From the start, then, you clearly know where this is going—the team of cynical paranormal investigators is going to tamper in the wrong domain, and come across some genuine ghosts in the process. That’s the promise you’ve been sold on in hitting “play” on Grave Encounters, and that’s really all the film would have had to deliver to be a nominal success—some shaky-cam footage of ghosts and people running around in the dark. What the viewer doesn’t expect is how much further Grave Encounters is going to take things, and how much more creative it’s going to be in thrusting these characters into a setting that is less “haunted house” and more “parallel dimension.”

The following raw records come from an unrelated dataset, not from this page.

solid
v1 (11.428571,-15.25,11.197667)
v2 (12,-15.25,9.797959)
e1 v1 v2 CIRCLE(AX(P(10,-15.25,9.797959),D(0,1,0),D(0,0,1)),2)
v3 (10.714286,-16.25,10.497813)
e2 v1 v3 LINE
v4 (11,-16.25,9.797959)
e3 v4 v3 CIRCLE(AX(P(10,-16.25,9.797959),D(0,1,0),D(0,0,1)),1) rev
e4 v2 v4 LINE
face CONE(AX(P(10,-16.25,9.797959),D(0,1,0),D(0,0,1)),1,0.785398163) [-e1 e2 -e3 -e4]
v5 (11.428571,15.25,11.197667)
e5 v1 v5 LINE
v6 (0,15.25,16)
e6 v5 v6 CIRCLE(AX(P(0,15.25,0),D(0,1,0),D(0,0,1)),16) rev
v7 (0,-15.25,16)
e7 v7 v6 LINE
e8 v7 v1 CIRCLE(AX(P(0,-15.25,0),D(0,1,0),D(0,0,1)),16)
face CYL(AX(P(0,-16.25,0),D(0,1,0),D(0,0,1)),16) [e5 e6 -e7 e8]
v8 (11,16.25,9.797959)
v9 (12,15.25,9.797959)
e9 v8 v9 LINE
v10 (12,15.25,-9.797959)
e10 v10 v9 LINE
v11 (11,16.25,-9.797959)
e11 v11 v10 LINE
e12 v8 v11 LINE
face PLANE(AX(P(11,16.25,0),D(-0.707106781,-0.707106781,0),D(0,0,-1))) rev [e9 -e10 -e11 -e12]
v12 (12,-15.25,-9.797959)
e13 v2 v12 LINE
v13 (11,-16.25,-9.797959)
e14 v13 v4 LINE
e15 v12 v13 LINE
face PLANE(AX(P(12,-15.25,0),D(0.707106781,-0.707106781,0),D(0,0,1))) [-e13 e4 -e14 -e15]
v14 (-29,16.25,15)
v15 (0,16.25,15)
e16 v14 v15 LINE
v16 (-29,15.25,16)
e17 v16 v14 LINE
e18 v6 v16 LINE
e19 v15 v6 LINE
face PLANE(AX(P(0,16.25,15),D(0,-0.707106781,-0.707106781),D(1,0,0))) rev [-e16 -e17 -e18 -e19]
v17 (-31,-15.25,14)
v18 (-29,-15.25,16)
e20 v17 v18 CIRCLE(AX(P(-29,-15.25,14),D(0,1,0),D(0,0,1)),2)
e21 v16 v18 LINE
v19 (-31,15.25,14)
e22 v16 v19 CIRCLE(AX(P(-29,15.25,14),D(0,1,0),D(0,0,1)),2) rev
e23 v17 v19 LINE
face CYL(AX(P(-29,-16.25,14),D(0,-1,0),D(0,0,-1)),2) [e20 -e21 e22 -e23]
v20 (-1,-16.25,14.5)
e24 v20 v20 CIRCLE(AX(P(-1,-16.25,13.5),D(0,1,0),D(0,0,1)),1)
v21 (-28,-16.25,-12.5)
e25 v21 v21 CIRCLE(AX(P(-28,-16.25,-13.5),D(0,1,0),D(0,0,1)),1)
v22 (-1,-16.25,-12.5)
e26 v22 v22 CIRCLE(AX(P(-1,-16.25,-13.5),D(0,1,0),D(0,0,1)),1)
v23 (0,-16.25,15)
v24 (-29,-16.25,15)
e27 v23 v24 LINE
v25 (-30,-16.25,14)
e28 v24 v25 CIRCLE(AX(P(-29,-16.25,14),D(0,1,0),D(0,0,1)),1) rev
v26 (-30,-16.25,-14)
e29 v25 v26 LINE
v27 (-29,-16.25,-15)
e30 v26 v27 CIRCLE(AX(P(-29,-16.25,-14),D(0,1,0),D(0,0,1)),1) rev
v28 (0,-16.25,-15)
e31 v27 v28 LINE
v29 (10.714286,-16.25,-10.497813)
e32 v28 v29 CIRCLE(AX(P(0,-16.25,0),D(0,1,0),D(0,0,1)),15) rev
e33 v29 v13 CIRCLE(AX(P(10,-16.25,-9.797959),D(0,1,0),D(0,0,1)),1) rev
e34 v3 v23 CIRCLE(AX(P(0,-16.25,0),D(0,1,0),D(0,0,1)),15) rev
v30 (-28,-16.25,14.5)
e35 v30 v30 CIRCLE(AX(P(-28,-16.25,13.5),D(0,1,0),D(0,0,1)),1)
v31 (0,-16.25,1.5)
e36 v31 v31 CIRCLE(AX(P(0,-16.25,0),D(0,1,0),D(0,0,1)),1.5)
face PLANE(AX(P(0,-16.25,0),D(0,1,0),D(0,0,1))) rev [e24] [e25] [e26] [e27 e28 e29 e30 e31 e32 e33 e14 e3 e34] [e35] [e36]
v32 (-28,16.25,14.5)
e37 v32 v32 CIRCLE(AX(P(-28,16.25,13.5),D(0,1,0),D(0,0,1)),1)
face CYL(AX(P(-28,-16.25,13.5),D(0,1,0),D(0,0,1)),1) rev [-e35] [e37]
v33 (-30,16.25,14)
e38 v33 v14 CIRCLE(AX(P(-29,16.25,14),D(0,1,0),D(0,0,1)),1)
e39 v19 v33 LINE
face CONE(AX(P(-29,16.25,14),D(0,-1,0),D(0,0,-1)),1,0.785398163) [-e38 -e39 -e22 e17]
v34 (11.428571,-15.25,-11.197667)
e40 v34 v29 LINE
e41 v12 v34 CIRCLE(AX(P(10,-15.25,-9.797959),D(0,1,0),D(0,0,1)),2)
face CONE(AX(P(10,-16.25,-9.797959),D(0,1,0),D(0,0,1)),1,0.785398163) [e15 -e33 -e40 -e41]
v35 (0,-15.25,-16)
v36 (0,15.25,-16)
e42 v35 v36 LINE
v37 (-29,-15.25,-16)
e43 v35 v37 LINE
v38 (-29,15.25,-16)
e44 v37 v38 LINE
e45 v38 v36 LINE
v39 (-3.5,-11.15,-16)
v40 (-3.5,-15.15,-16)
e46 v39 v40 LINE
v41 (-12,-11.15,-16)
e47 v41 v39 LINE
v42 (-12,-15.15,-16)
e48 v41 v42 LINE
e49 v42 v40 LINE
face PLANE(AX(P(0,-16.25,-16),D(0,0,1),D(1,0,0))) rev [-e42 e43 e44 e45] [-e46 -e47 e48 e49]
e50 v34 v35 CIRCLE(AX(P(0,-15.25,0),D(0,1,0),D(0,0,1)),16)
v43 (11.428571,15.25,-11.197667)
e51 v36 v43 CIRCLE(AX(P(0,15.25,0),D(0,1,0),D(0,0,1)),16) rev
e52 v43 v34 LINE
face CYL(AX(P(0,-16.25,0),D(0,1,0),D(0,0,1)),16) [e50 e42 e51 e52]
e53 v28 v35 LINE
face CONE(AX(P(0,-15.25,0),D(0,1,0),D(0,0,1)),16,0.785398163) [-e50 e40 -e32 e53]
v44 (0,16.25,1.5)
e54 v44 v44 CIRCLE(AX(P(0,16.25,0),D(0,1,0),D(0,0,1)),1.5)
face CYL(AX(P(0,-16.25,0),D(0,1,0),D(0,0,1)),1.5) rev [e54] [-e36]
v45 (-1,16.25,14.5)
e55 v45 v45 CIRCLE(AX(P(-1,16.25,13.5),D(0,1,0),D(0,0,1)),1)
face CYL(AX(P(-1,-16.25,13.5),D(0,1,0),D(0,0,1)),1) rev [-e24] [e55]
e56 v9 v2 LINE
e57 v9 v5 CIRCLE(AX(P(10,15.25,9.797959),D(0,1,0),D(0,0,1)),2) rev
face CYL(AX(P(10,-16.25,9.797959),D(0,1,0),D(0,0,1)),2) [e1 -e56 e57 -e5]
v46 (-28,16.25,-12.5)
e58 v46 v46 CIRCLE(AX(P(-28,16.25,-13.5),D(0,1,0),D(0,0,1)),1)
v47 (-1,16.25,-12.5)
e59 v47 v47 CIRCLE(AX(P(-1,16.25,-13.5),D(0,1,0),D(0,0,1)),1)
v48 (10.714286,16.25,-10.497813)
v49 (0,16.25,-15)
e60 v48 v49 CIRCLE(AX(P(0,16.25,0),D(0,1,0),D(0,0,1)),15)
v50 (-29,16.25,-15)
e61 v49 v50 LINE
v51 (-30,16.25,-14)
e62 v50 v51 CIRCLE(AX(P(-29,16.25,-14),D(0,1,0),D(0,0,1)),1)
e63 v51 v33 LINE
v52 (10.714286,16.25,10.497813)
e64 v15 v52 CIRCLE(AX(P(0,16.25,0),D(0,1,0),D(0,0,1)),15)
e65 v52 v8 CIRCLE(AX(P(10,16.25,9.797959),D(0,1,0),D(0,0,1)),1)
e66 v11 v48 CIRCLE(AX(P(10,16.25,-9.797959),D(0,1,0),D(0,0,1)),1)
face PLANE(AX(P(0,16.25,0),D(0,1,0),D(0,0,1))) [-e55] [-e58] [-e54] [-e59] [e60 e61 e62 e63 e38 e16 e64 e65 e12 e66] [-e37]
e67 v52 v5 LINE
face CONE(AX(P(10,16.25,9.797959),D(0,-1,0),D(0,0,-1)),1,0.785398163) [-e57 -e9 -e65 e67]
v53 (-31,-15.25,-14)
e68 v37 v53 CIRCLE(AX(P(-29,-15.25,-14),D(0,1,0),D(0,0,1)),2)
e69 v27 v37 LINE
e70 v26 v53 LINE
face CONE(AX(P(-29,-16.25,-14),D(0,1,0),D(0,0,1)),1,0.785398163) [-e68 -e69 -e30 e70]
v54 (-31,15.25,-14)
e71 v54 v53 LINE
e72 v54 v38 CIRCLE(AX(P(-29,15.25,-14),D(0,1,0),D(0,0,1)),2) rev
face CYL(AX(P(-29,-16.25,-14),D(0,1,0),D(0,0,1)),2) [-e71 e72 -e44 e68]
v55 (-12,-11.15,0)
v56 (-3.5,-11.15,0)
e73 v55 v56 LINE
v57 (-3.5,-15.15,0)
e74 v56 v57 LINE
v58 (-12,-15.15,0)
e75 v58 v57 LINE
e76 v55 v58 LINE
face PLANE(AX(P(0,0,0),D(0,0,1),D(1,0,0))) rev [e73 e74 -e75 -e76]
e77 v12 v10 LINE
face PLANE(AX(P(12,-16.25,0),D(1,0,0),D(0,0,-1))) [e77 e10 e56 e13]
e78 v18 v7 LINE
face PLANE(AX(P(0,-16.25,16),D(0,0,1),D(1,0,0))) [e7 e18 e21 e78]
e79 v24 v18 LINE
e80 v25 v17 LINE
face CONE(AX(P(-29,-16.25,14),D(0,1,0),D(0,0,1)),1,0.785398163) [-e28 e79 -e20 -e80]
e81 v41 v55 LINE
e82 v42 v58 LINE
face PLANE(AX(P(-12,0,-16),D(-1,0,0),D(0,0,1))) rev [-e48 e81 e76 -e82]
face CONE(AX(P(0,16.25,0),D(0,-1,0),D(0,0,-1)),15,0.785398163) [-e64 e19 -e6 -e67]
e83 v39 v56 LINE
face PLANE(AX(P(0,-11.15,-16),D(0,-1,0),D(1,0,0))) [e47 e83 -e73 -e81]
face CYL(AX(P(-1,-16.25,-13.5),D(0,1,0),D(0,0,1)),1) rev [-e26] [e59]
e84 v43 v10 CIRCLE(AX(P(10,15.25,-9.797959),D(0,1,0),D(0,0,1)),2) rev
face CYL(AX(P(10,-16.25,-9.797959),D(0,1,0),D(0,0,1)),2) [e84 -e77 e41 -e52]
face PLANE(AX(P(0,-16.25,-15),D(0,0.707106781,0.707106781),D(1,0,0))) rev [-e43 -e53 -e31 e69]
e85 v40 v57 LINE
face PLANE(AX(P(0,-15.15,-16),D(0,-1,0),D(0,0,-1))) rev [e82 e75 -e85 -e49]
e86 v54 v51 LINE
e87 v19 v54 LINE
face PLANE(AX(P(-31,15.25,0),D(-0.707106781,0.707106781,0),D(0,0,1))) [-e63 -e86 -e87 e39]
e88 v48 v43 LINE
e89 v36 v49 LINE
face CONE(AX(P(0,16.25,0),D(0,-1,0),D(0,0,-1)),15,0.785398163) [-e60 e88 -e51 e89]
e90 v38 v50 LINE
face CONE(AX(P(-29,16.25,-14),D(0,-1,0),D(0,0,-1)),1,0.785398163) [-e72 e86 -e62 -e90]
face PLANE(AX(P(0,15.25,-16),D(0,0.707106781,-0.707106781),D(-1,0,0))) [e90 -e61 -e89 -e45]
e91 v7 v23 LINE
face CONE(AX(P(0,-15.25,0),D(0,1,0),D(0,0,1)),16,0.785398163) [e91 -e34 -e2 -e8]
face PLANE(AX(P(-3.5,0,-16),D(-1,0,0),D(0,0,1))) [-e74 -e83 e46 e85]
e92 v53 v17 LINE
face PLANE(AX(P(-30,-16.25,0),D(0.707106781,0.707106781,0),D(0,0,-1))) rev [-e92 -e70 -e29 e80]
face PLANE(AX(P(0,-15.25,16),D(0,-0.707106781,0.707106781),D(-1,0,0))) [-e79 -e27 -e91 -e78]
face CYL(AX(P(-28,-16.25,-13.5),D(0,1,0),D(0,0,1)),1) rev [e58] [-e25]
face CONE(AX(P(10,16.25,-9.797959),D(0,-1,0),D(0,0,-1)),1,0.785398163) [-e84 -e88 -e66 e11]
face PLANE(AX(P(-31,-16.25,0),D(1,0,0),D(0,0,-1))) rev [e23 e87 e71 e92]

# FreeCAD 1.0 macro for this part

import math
import FreeCAD as App
import Part
import Sketcher

V = App.Vector


def edges_at(feature, points):
    """Names of the edges that pass closest to the given points."""
    edges = feature.Shape.Edges
    near = lambda p: min(range(len(edges)), key=lambda i: edges[i].distToShape(Part.Vertex(*p))[0])
    return sorted({f"Edge{near(p) + 1}" for p in points})


def add_polygon(sketch, points):
    """Adds a closed chain of lines whose ends are joined by coincident constraints."""
    first, n = sketch.GeometryCount, len(points)
    for a, b in zip(points, points[1:] + points[:1]):
        sketch.addGeometry(Part.LineSegment(App.Vector(*a, 0), App.Vector(*b, 0)), False)
    for i in range(n):
        sketch.addConstraint(Sketcher.Constraint("Coincident", first + i, 2, first + (i + 1) % n, 1))

doc = App.newDocument("Part")
params = doc.addObject("Spreadsheet::Sheet", "Params")
for row, (alias, value) in enumerate([
    ("sketch1_diameter", "3 mm"),
    ("sketch1_radius", "16 mm"),
    ("sketch1_width", "31 mm"),
    ("pad1_length", "16.25 mm"),
    ("pad1_length2", "16.25 mm"),
    ("sketch2_diameter", "2 mm"),
    ("fillet_radius", "2 mm"),
    ("chamfer_size", "1 mm"),
    ("sketch3_height", "4 mm"),
    ("sketch3_width", "8.5 mm"),
], start=1):
    params.set(f"A{row}", alias)
    params.set(f"B{row}", "=" + value)
    params.setAlias(f"B{row}", alias)

body = doc.addObject("PartDesign::Body", "Body")

# Sketch on XZ plane
sketch1 = body.newObject("Sketcher::SketchObject", "Sketch")
sketch1.AttachmentSupport = (doc.getObject("XZ_Plane"), [""])
sketch1.MapMode = "FlatFace"
sketch1.addGeometry(Part.LineSegment(V(-31, -16, 0), V(-31, 16, 0)), False)
sketch1.addGeometry(Part.LineSegment(V(-31, 16, 0), V(0, 16, 0)), False)
sketch1.addGeometry(Part.ArcOfCircle(Part.Circle(V(0, 0, 0), V(0, 0, 1), 16), math.radians(41.409622), math.radians(90)), False)
sketch1.addGeometry(Part.LineSegment(V(12, 10.583005, 0), V(12, -10.583005, 0)), False)
sketch1.addGeometry(Part.ArcOfCircle(Part.Circle(V(0, 0, 0), V(0, 0, 1), 16), math.radians(-90), math.radians(-41.409622)), False)
sketch1.addGeometry(Part.LineSegment(V(0, -16, 0), V(-31, -16, 0)), False)
sketch1.addGeometry(Part.Circle(V(0, 0, 0), V(0, 0, 1), 1.5), False)
sketch1.addConstraint(Sketcher.Constraint("Coincident", 0, 2, 1, 1))
sketch1.addConstraint(Sketcher.Constraint("Tangent", 1, 2, 2, 2))
sketch1.addConstraint(Sketcher.Constraint("Coincident", 2, 1, 3, 1))
sketch1.addConstraint(Sketcher.Constraint("Coincident", 3, 2, 4, 2))
sketch1.addConstraint(Sketcher.Constraint("Tangent", 4, 1, 5, 1))
sketch1.addConstraint(Sketcher.Constraint("Coincident", 5, 2, 0, 1))
sketch1.addConstraint(Sketcher.Constraint("Vertical", 0))
sketch1.addConstraint(Sketcher.Constraint("Horizontal", 1))
sketch1.addConstraint(Sketcher.Constraint("Vertical", 3))
sketch1.addConstraint(Sketcher.Constraint("Horizontal", 5))
sketch1.addConstraint(Sketcher.Constraint("Coincident", 2, 3, -1, 1))
sketch1.addConstraint(Sketcher.Constraint("Coincident", 4, 3, -1, 1))
sketch1.addConstraint(Sketcher.Constraint("Coincident", 6, 3, -1, 1))
sketch1.addConstraint(Sketcher.Constraint("Equal", 2, 4))
sketch1.addConstraint(Sketcher.Constraint("Diameter", 6, 3.0))
sketch1.addConstraint(Sketcher.Constraint("Radius", 2, 16.0))
sketch1.addConstraint(Sketcher.Constraint("DistanceX", 1, 1, 1, 2, 31.0))
sketch1.addConstraint(Sketcher.Constraint("DistanceX", -1, 1, 2, 1, 12.0))
sketch1.setExpression("Constraints[14]", "Params.sketch1_diameter")
sketch1.setExpression("Constraints[15]", "Params.sketch1_radius")
sketch1.setExpression("Constraints[16]", "Params.sketch1_width")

There’s a wonderful sequence, about halfway through the film, that illustrates this deeper commitment to metaphysical horror ideas. Things have started going wrong in the investigation, people have gone missing, and the crew decides that enough is enough—it’s time to remove the hokey padlock that is so dramatically keeping them from walking out the front door. And so, with some effort, they break through the front door … only to find that what was once the exit to the exterior of the building now contains only more hallways. And moreover, wasn’t the sunrise due an hour ago? What first appeared to be a simple haunted house setting slowly becomes more of a rubber reality funhouse, in which the laws of time and space are deteriorating away before our eyes. And at the same time, the gimmick of staging static reality TV cameras throughout the asylum gives us a welcome break from handheld camera perspectives, allowing us to see the untimely ends of several characters via clever FX shots that wouldn’t have worked from a first-person perspective. The end result is less Blair Witch-style scrambling, and more a film delivered as a finished assembly of both first-person and security camera footage, a “last known whereabouts” broadcast that depicts the inexplicable.

In the end, Grave Encounters is an effectively simple, shoestring horror success story, filled with old-school, well-executed jump scares and powered by a genuine desire to frighten its audience. It’s simply too well made to get lumped in with the more deplorable found footage horror offerings of the era. The Devil Inside, this ain’t.